Fortunately, much can be done—and many are already tackling this challenge. Yes, we must invest in future identity technologies to distinguish humans from machines and ensure society continues collaborating toward growth, innovation, and shared prosperity. But before these technologies can take root, we must confront the overuse of data head-on. Acknowledging that much of the value large online companies derive comes from vast, privately held data troves, we should consider managing such data as a collective resource3 rather than leaving it concentrated in private hands. This would prevent data from being used for arbitrary purposes, which is what happens today and what would become worse if in addition to data we had full provenance on how that data came to be4.

We tend to take our data ecosystem for granted. Companies come and go, offering products we adopt, exchanging bits of data along the way, all while continuing our routines—streaming music, visiting doctors, grocery shopping online—aware but often uncritical of data’s expanding influence over these interactions. Yet, this influence is not dictated by some unstoppable force; our collective choices shape it. And that is good news—it means we have the power to change it. Recognizing the problem is the first step; acting on it is the next. We already have the tools to reshape data ecosystems to support the strong identity solutions our future demands.
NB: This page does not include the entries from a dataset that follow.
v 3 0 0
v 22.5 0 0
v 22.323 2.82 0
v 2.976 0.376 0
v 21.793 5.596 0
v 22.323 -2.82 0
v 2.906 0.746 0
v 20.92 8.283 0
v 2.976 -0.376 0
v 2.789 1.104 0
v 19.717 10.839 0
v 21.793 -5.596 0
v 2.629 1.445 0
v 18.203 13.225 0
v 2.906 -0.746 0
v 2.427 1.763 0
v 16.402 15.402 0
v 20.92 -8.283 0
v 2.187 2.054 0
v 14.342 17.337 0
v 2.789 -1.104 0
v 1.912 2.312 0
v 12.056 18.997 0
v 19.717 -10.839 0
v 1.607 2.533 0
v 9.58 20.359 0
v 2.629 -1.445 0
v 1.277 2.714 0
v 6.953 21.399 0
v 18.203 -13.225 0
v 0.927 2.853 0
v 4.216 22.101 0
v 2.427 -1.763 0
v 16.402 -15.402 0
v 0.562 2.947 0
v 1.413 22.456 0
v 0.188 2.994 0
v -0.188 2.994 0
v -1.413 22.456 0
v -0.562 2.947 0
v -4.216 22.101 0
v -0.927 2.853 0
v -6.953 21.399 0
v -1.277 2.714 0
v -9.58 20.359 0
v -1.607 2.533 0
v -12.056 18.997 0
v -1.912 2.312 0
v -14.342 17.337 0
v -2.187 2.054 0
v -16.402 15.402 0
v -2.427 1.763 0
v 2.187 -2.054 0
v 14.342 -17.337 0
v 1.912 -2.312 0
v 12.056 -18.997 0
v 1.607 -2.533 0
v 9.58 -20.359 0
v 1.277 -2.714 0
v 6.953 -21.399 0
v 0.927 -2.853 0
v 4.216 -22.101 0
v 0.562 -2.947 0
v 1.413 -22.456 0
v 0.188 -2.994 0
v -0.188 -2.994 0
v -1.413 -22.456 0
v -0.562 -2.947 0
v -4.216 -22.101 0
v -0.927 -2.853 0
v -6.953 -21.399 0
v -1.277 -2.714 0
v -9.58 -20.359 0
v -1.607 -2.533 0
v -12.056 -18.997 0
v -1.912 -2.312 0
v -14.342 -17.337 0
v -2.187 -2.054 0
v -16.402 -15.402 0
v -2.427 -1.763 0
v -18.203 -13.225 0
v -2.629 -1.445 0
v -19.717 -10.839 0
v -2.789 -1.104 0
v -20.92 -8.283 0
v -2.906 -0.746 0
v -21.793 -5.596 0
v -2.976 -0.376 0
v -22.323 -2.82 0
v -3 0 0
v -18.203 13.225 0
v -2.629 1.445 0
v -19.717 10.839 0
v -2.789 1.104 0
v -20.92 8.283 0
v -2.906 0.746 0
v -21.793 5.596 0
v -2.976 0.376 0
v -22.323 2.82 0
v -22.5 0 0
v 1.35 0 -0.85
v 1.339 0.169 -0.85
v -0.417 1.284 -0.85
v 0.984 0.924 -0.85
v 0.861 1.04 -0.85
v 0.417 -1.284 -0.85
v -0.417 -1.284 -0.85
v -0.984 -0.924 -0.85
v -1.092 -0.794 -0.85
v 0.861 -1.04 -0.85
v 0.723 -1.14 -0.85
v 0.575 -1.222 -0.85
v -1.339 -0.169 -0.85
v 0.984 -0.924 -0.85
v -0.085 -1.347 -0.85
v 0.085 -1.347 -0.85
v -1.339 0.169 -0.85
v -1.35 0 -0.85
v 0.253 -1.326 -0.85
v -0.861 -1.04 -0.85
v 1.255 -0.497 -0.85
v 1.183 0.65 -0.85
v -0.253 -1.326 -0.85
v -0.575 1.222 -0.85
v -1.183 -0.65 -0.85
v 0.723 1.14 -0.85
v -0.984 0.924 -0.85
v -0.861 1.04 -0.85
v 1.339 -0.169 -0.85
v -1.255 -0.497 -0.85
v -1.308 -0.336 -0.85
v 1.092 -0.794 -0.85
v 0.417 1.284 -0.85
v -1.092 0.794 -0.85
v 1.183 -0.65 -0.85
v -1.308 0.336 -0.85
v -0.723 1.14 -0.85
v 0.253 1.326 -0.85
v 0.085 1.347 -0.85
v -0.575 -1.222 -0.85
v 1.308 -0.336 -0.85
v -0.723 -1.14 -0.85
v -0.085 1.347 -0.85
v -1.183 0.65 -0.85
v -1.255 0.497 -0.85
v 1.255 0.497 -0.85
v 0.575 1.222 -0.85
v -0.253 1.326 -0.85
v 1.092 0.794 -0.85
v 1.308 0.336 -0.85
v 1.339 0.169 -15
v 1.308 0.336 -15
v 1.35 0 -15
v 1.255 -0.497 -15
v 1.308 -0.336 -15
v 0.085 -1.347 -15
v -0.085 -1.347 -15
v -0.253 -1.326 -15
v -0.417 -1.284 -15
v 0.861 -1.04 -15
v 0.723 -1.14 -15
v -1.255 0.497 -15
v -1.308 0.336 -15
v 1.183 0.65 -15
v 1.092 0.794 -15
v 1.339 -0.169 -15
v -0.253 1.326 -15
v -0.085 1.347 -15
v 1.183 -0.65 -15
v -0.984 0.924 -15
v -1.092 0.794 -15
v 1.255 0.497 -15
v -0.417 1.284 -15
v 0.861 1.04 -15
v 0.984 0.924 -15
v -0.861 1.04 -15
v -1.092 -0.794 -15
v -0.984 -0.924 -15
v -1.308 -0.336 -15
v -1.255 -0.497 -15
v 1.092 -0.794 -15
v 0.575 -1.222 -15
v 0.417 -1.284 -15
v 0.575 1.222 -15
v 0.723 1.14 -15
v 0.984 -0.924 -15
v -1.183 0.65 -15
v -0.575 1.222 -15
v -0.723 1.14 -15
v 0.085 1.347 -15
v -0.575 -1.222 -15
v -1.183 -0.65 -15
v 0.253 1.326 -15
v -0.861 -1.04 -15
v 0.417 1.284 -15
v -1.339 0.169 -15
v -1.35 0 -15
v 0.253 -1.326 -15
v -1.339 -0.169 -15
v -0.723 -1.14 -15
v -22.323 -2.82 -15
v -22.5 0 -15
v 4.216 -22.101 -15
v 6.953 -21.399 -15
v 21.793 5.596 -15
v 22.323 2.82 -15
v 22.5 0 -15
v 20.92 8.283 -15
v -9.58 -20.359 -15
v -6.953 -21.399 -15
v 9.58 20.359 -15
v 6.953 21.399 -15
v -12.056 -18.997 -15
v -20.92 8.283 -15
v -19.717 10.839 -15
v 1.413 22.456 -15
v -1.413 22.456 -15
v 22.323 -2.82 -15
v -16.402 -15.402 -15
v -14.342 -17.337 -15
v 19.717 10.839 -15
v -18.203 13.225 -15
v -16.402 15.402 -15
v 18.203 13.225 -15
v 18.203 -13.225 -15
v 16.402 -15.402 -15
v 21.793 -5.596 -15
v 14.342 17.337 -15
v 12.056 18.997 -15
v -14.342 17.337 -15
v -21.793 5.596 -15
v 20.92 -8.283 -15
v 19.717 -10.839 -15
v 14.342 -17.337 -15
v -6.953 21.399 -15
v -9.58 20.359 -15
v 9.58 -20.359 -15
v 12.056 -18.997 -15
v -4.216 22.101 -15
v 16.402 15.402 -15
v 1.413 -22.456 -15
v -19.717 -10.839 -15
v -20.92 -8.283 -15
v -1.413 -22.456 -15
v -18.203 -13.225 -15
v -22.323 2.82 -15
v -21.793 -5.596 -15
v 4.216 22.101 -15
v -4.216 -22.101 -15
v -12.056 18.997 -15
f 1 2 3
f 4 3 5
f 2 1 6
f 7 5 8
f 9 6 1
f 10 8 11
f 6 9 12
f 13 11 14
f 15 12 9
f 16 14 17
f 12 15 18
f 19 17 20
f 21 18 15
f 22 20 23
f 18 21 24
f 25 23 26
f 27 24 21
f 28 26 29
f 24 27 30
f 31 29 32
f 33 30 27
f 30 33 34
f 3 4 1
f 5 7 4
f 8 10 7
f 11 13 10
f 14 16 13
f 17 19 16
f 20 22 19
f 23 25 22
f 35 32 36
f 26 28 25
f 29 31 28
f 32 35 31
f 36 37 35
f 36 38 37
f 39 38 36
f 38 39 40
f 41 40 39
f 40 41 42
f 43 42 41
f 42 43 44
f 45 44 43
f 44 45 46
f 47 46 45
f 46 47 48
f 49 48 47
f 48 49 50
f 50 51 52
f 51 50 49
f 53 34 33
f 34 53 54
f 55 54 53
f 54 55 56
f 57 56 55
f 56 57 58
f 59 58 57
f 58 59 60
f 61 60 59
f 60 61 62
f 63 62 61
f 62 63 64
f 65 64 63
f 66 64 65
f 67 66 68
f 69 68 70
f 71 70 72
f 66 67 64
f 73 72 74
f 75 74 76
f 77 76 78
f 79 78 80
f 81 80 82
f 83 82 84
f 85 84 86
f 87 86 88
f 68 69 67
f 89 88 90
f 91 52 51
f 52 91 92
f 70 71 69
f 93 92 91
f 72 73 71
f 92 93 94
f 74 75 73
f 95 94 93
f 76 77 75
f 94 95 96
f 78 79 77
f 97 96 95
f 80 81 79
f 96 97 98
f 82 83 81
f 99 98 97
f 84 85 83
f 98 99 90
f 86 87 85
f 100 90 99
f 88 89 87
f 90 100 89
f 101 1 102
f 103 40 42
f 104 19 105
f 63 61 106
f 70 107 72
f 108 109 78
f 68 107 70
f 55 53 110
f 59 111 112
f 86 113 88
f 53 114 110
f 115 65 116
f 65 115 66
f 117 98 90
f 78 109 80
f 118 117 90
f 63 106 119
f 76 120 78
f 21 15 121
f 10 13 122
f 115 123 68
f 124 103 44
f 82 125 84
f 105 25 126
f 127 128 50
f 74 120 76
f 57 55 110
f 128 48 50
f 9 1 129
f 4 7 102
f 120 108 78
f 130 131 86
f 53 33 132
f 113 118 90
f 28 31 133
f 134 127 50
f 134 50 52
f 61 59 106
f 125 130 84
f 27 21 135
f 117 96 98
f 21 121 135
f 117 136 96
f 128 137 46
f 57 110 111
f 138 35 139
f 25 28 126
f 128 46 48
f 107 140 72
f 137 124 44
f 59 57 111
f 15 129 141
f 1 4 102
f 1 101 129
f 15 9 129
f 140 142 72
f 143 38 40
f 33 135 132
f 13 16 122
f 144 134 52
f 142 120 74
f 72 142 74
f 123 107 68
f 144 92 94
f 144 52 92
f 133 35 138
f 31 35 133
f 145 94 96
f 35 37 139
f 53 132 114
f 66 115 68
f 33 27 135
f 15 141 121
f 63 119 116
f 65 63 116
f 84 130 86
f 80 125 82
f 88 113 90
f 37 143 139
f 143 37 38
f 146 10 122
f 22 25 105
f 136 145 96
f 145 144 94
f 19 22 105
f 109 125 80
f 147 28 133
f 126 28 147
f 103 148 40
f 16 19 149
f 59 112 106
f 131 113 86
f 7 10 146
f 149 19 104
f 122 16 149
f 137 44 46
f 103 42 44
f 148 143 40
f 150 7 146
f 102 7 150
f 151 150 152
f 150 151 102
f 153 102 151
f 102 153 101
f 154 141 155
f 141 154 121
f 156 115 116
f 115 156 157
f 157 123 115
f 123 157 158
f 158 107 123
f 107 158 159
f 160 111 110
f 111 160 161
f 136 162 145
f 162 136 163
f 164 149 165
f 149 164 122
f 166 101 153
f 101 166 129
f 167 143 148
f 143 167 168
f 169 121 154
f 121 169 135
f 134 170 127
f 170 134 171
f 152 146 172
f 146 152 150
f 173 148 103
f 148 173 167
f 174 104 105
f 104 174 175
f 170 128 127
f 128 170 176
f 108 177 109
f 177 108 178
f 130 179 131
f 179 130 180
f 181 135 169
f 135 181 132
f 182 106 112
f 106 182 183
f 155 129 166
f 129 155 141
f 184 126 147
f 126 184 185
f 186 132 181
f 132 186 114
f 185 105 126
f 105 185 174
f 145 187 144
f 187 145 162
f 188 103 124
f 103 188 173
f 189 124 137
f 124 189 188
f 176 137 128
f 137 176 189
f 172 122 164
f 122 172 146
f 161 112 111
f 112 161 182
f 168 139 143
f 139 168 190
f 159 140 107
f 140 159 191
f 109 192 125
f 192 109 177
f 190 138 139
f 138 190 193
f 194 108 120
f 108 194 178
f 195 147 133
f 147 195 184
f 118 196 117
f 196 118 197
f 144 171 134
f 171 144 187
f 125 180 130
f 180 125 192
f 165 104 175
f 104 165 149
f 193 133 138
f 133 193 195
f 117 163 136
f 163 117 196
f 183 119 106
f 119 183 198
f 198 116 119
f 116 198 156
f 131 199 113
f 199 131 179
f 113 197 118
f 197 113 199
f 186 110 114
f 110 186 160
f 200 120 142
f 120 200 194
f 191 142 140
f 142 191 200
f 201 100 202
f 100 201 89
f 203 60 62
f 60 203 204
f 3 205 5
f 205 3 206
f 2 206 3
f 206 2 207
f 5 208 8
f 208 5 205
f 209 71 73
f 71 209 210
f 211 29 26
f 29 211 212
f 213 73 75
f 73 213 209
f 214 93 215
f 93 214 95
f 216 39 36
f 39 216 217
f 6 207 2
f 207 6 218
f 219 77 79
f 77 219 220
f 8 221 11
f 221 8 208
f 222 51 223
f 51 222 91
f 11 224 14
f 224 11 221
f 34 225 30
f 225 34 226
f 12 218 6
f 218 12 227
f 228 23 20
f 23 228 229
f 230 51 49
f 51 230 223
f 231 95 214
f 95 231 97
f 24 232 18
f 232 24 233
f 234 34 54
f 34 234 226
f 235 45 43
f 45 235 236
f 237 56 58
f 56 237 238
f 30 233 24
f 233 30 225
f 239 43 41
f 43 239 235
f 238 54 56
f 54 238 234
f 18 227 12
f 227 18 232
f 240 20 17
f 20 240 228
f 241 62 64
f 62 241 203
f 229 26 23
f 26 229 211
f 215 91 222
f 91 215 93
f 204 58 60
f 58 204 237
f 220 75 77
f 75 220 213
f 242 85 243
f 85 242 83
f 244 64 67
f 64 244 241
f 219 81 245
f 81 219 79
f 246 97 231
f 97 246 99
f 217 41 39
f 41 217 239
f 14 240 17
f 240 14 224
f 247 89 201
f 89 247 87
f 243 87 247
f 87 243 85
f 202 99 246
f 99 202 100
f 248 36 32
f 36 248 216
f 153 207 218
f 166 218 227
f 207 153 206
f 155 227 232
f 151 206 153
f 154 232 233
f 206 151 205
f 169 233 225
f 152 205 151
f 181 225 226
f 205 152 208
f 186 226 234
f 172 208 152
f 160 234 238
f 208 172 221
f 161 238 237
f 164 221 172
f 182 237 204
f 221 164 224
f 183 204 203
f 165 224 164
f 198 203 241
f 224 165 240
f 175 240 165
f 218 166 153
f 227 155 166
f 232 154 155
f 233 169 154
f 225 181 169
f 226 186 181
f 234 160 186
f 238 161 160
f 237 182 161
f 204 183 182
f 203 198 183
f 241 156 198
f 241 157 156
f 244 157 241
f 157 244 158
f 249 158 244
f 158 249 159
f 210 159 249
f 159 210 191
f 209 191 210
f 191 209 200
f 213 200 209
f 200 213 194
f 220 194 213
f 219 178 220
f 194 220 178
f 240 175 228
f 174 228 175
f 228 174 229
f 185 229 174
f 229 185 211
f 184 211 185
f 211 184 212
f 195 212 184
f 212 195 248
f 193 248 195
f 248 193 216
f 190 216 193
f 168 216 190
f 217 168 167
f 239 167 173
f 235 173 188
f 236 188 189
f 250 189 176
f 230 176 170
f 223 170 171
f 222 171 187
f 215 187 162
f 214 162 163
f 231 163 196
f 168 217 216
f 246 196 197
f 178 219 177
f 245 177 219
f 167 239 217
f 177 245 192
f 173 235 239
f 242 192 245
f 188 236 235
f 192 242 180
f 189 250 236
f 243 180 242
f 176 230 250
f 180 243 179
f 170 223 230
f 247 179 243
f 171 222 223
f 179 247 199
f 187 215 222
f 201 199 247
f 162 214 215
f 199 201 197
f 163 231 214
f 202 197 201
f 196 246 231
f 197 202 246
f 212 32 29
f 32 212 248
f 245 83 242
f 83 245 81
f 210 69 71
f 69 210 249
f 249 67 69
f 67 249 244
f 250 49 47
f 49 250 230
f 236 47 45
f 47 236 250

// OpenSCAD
$fn = 50;


difference() {
	union() {
		translate(v = [0, 0, -15.0000000000]) {
			cylinder(h = 15, r = 22.5000000000);
		}
	}
	union() {
		translate(v = [0, 0, 0]) {
			rotate(a = [0, 0, 0]) {
				difference() {
					union() {
						translate(v = [0, 0, -18.0000000000]) {
							cylinder(h = 18, r = 1.0000000000);
						}
						translate(v = [0, 0, -0.8500000000]) {
							cylinder(h = 0.8500000000, r1 = 1.3500000000, r2 = 3.0000000000);
						}
						translate(v = [0, 0, -18.0000000000]) {
							cylinder(h = 18, r = 1.3500000000);
						}
						translate(v = [0, 0, -18.0000000000]) {
							cylinder(h = 18, r = 1.0000000000);
						}
					}
					union();
				}
			}
		}
	}
}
There has never been a more exciting time to be engaged in data research: reach out if you want to chat more about this.

  1. For a high-level 1-page overview of data ecology – how we are studying data ecosystems, take a look at this page. Also, take a look at our research initiative here and sign up for the newsletter if this is really interesting to you as we’ll be sharing content there very soon. 

  2. I use data hub as an umbrella term that includes data brokers and online platforms that, while ostensibly existing to provide a service such as search, content recommendations, and retail, are in effect a collection of data. 

  3. many will see political links in this statement. In practice, we can govern data in much the same way we govern other shared resources such as lakes, rivers, and in the same way we (ought to) take care of the atmosphere and so on. Collectively managing data does not need to be tied to a specific political system. 

  4. As a plus, a data pool governed by the collective set of people who generated it would permit those people to train a plethora of LLMs they could jointly benefit from.